◆ **Your instructions**
Filter the listing so that only lines with the word "BuildPart" remain.

────────

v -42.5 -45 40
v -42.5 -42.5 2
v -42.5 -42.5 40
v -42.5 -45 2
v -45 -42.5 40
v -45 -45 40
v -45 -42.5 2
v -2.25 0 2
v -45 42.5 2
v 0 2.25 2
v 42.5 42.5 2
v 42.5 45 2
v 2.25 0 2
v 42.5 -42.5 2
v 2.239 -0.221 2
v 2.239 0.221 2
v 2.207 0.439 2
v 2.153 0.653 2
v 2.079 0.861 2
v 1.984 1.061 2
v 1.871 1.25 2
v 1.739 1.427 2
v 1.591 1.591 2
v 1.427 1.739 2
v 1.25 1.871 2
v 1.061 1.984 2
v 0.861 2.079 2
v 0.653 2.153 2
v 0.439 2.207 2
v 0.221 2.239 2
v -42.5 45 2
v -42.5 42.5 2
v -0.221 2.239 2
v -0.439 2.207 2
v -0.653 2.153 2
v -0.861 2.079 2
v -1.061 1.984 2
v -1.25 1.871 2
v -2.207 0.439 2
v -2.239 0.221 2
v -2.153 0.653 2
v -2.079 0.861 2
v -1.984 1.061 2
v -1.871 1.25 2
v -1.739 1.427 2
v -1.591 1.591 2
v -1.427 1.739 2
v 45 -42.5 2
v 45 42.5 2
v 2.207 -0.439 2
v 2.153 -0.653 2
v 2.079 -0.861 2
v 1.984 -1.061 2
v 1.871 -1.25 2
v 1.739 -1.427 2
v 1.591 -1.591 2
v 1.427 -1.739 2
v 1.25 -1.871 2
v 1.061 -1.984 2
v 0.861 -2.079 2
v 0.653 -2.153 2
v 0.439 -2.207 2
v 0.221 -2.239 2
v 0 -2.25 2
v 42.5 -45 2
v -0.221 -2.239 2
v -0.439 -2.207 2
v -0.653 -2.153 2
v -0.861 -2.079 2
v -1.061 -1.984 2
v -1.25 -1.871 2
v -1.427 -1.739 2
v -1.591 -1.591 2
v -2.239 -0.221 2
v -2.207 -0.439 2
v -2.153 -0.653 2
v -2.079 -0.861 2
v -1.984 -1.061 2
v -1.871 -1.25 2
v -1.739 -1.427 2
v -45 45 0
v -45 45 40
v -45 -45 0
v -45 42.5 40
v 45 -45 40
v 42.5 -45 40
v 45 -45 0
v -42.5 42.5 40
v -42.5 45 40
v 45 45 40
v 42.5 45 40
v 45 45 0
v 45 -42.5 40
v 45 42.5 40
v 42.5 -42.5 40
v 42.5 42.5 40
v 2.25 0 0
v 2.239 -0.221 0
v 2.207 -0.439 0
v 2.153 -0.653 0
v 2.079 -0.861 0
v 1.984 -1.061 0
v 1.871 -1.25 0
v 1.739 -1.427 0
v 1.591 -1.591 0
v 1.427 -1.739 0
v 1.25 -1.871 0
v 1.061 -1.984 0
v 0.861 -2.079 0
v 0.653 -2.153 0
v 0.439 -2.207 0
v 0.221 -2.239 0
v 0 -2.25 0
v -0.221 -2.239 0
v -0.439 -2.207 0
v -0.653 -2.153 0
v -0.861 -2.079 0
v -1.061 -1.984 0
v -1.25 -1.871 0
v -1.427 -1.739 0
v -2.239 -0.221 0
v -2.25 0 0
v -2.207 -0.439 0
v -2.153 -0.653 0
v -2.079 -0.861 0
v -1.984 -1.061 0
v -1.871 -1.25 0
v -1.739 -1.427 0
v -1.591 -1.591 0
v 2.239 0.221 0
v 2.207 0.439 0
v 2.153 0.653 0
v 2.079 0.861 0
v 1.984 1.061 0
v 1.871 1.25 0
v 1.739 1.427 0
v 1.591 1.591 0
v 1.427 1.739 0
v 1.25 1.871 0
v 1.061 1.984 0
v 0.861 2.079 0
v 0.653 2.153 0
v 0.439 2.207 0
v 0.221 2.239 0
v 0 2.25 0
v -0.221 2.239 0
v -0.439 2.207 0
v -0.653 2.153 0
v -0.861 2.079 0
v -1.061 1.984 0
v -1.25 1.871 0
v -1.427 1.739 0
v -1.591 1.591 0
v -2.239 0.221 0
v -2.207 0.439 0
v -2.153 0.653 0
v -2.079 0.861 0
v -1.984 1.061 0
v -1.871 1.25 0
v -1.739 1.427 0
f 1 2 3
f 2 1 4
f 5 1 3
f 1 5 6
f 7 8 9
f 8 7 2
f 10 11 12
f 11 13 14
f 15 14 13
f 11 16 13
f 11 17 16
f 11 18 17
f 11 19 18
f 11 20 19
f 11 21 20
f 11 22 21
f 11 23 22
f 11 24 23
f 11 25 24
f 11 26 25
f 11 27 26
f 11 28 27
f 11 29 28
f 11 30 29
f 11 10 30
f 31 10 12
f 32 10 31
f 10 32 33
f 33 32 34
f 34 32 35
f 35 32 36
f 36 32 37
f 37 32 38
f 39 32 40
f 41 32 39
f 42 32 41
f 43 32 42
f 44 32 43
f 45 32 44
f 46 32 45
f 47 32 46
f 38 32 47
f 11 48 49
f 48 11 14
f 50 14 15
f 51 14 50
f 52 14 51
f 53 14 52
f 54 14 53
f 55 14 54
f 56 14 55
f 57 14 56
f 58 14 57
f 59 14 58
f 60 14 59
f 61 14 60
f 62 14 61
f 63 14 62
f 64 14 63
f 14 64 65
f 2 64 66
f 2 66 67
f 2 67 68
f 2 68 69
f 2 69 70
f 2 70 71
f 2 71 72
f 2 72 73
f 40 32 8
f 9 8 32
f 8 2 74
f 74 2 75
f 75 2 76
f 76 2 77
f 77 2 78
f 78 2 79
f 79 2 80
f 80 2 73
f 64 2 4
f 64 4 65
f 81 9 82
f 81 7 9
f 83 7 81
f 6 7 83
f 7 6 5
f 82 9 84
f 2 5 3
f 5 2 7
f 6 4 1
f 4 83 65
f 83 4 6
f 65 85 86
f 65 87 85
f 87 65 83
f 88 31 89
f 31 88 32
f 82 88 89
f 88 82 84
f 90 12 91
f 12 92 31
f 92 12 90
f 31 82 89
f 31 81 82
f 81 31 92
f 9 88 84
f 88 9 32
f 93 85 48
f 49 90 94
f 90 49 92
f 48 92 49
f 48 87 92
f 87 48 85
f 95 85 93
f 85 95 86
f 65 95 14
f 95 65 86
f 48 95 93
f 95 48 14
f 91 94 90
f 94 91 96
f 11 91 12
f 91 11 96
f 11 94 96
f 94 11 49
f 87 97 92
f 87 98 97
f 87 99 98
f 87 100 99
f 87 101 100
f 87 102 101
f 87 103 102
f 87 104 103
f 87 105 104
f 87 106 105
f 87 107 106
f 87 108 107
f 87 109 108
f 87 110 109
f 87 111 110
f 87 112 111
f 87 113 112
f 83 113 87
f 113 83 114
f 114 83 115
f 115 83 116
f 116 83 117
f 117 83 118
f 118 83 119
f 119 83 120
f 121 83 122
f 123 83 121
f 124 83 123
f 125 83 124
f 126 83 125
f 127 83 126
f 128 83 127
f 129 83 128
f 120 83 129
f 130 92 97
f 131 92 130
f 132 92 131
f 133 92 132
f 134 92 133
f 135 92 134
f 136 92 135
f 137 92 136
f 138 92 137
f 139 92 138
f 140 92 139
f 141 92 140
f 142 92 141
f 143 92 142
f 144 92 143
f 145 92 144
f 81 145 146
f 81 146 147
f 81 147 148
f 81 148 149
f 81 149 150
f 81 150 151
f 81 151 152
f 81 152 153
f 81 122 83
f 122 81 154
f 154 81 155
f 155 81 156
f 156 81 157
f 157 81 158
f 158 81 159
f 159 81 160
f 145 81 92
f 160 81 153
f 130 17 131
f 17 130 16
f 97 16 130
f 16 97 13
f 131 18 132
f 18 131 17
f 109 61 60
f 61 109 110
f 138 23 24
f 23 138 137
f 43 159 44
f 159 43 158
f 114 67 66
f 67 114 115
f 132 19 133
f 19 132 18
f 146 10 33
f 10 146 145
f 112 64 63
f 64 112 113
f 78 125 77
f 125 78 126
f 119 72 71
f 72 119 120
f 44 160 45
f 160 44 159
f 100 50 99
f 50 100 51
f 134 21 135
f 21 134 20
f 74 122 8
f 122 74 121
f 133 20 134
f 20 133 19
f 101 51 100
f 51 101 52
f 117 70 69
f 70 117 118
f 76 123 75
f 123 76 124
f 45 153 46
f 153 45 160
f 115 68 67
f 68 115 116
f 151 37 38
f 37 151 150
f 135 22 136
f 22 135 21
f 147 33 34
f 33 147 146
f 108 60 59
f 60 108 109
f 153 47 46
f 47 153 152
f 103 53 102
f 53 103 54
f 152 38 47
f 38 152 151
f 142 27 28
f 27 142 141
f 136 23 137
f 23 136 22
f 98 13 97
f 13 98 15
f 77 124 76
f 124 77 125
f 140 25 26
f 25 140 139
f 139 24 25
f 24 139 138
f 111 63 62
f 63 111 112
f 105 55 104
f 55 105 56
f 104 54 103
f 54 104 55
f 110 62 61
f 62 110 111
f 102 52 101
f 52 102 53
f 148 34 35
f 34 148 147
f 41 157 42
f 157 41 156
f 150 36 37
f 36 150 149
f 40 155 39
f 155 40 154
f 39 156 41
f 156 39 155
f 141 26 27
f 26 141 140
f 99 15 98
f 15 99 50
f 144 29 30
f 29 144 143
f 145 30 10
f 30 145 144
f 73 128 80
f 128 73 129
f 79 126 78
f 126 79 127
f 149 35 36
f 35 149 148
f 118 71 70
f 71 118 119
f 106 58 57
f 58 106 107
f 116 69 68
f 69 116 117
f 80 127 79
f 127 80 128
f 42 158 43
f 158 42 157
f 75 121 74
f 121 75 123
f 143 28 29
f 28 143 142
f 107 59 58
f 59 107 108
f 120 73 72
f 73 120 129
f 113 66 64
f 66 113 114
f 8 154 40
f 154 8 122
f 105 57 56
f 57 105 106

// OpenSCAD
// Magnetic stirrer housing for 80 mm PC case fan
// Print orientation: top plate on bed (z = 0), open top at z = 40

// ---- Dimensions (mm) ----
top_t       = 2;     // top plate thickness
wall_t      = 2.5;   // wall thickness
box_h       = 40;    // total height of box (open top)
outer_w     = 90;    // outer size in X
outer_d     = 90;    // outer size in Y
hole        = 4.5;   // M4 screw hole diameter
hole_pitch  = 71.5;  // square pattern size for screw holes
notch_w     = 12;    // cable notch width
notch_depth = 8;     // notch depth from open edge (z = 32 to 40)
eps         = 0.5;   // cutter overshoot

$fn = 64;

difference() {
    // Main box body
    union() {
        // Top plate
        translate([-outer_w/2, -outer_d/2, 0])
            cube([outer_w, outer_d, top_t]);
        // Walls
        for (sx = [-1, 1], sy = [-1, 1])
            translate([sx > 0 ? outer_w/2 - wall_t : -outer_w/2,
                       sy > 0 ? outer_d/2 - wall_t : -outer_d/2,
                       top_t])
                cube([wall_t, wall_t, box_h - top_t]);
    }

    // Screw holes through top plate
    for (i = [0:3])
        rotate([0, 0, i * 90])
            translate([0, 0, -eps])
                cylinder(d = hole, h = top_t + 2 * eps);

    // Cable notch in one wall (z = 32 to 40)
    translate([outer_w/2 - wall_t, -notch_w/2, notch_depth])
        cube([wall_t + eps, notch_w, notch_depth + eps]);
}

────────

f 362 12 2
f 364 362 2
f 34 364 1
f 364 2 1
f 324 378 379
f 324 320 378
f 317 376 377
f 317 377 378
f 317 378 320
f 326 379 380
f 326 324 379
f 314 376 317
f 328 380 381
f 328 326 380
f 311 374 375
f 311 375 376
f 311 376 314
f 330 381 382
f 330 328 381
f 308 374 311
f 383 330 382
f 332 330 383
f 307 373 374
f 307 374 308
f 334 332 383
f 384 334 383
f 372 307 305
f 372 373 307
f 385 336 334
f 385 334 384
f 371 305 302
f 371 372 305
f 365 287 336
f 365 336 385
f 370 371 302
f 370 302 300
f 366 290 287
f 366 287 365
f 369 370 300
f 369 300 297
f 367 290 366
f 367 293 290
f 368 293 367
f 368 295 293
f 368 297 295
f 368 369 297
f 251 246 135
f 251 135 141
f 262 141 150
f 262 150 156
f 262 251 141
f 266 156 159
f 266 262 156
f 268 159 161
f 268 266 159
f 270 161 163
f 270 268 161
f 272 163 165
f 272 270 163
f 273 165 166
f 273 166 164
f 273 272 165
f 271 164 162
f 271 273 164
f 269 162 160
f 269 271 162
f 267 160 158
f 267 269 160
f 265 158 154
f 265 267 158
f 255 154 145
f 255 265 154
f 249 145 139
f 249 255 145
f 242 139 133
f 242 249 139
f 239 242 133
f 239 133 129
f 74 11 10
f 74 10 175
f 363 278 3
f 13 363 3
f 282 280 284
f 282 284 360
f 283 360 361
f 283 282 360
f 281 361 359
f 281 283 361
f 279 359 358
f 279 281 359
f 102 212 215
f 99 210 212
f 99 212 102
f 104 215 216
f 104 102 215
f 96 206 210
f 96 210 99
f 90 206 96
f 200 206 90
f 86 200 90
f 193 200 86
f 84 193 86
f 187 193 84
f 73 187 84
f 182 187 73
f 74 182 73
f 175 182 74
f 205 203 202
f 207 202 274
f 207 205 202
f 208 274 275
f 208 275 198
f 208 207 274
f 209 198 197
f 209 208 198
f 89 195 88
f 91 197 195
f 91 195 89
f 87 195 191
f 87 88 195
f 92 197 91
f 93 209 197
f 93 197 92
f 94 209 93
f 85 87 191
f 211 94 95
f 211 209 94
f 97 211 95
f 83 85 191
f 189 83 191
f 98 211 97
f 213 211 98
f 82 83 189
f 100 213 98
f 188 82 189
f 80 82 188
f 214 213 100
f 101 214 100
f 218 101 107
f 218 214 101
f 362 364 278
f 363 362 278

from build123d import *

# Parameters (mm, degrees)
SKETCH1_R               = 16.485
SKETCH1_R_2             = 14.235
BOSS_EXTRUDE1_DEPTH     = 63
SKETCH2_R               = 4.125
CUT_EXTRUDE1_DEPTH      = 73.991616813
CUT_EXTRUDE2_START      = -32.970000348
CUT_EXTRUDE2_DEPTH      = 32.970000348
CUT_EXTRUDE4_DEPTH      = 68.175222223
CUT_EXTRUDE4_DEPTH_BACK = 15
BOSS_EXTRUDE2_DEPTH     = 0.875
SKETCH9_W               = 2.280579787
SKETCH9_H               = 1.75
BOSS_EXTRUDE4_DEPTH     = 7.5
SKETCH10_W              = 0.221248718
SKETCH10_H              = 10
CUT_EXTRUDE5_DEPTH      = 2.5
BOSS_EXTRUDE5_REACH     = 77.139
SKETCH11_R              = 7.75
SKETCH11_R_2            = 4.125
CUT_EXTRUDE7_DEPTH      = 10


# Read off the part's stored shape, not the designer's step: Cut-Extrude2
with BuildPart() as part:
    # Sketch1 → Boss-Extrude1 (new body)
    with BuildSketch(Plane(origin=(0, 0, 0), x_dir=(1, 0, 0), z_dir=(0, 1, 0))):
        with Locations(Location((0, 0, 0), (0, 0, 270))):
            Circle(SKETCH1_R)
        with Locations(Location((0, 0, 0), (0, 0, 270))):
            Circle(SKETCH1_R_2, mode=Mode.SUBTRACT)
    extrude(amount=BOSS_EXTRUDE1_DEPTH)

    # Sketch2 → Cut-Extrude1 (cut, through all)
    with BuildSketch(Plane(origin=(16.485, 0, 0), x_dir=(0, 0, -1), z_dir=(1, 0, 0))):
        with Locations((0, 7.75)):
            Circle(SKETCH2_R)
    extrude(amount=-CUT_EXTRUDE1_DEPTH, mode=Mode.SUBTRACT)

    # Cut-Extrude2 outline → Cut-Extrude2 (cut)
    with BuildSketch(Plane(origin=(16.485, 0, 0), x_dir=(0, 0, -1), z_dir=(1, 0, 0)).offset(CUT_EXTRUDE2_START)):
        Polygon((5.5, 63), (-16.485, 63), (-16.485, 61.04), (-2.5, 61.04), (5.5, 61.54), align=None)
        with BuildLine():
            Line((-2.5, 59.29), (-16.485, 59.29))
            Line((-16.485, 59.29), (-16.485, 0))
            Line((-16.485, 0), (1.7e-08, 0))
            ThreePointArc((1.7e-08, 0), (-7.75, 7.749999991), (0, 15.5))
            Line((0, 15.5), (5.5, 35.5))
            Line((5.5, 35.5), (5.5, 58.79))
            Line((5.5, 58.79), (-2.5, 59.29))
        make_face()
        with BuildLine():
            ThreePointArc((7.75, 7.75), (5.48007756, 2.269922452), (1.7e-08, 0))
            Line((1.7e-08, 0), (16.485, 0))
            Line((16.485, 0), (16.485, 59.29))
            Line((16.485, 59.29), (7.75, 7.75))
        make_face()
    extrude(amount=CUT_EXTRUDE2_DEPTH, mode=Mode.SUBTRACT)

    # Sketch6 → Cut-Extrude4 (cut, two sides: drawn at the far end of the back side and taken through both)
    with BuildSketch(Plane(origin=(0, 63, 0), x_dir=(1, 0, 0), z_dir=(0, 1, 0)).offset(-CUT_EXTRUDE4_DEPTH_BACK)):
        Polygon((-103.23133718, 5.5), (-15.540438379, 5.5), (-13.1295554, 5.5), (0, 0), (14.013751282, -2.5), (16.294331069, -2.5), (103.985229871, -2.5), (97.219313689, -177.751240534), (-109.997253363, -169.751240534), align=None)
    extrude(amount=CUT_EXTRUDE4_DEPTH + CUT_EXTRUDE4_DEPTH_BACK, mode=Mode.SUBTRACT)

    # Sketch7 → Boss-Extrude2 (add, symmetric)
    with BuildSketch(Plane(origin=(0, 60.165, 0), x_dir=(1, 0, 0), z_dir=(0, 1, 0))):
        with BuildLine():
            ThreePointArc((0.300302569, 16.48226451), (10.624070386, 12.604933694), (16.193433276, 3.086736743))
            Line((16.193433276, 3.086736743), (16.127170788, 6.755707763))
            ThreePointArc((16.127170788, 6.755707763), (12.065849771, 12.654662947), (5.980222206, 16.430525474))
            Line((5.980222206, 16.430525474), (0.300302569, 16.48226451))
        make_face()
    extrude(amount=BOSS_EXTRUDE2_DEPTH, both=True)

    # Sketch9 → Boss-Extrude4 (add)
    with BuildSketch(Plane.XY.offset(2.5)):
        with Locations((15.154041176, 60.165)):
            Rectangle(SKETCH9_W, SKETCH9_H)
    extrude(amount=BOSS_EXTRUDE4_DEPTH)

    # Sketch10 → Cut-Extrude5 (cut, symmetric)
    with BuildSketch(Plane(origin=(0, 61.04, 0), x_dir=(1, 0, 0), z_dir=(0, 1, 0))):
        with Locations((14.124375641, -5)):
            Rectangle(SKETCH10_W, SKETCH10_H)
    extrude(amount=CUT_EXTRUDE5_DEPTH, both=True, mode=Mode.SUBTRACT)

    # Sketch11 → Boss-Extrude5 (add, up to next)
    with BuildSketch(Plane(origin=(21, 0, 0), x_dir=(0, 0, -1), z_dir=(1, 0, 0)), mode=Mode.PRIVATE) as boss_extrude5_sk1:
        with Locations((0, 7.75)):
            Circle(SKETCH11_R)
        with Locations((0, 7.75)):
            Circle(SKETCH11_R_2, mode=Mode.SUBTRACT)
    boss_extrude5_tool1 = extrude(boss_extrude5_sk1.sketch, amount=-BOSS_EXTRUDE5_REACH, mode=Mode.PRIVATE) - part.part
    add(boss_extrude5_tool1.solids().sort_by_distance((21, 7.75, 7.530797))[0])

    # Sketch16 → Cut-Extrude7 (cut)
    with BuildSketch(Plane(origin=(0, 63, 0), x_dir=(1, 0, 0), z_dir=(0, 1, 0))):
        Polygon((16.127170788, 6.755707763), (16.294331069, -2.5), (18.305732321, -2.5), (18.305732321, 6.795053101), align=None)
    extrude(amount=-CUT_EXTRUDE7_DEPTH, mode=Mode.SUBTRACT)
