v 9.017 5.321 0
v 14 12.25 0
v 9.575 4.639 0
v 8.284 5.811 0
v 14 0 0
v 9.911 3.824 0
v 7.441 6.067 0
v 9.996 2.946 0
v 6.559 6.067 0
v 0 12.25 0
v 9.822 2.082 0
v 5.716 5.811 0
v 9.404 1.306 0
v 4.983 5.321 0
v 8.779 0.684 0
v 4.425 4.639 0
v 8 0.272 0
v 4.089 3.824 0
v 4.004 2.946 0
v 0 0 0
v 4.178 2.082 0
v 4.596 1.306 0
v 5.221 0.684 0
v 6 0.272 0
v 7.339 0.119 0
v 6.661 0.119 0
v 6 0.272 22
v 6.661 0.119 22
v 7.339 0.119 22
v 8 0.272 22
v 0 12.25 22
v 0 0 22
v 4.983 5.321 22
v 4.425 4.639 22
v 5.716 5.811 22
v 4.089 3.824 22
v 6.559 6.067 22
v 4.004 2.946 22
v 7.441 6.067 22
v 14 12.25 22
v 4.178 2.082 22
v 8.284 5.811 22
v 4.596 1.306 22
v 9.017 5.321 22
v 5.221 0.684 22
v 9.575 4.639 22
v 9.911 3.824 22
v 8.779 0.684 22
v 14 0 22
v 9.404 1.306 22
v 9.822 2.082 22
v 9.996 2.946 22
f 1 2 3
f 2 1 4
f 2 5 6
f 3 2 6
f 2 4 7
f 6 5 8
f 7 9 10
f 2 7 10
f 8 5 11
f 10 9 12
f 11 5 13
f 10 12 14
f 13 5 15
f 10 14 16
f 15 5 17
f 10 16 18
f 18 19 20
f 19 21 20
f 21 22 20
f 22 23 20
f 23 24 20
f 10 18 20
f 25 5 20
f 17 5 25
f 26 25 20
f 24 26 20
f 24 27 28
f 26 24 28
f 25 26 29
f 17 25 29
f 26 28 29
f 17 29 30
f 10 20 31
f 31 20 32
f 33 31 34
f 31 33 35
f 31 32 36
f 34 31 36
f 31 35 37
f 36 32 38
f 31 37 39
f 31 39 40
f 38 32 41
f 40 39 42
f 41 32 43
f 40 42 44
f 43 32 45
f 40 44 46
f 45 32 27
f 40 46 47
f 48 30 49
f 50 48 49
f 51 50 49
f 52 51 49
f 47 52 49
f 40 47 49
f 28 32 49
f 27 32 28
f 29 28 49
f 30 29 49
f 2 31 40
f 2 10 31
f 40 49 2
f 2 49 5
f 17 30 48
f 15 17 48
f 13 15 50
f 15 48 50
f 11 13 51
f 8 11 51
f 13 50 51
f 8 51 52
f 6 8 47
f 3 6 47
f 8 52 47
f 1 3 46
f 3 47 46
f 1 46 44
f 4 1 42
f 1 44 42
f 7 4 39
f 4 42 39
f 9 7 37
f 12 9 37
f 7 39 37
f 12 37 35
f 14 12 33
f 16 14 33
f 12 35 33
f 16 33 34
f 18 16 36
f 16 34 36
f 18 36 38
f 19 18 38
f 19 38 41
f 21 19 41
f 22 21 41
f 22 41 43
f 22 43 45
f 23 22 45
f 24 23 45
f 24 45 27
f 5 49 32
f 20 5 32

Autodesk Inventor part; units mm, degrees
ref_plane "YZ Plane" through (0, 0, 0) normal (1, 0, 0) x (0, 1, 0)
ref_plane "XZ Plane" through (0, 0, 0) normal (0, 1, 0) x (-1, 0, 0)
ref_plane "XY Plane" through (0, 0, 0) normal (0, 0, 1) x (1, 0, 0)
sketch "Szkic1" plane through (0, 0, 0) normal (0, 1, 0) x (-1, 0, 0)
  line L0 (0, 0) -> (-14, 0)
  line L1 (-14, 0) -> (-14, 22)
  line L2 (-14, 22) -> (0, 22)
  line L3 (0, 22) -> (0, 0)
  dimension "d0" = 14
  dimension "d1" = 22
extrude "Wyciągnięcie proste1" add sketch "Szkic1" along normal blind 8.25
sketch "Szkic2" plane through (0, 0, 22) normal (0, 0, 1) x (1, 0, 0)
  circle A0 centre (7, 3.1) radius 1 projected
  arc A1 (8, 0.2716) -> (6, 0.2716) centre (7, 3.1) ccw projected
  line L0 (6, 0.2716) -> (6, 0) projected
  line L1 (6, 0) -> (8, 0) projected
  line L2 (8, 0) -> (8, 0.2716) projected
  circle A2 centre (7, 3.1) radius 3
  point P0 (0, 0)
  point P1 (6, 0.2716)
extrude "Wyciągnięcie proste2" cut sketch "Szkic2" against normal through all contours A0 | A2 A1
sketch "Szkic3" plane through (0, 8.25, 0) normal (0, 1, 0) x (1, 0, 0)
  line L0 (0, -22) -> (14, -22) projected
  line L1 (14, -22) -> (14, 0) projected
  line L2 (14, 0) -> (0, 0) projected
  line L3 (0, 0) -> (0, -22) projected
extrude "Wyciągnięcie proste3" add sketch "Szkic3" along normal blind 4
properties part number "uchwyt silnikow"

────────

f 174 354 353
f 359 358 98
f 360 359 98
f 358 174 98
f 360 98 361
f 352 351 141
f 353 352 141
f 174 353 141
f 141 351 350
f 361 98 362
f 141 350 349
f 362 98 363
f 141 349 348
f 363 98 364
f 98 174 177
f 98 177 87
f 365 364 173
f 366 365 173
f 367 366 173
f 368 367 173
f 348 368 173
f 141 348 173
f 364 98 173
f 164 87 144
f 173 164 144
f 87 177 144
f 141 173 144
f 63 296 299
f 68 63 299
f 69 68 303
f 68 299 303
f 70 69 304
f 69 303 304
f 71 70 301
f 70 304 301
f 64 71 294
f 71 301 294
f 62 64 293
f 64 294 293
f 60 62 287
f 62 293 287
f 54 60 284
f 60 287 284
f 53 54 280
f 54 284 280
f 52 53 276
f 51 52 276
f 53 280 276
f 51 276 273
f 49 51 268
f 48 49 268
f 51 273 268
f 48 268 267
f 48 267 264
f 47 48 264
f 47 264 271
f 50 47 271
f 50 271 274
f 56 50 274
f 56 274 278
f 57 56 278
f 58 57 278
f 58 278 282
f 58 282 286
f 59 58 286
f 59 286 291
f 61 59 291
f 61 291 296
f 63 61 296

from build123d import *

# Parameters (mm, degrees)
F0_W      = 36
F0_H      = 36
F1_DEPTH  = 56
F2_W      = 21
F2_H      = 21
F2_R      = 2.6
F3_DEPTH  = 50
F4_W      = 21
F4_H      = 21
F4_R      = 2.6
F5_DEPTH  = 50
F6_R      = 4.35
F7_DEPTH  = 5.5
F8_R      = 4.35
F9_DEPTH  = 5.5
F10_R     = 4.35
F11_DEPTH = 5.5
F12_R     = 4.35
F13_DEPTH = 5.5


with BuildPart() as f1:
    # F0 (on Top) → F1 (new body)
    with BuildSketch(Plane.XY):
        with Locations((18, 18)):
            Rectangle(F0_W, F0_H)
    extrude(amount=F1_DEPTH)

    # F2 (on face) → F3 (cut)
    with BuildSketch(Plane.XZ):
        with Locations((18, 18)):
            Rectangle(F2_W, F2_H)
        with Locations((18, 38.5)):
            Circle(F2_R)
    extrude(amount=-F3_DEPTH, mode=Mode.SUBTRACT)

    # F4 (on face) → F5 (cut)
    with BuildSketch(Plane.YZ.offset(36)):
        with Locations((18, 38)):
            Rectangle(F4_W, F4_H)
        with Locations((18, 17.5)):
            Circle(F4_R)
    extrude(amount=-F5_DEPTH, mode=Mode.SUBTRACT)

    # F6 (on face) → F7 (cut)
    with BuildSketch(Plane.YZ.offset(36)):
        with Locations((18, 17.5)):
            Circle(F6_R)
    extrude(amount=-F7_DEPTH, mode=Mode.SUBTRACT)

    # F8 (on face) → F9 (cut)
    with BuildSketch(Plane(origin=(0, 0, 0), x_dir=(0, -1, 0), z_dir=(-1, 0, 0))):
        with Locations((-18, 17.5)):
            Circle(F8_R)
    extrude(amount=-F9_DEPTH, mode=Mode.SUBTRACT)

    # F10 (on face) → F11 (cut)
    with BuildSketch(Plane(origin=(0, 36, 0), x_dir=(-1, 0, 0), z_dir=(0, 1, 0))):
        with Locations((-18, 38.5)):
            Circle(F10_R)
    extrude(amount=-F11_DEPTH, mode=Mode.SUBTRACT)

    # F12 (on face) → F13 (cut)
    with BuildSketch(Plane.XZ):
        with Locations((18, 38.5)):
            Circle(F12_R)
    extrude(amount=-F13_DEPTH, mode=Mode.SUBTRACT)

────────

◆ **Response**
with BuildPart() as part:
with BuildPart() as f1:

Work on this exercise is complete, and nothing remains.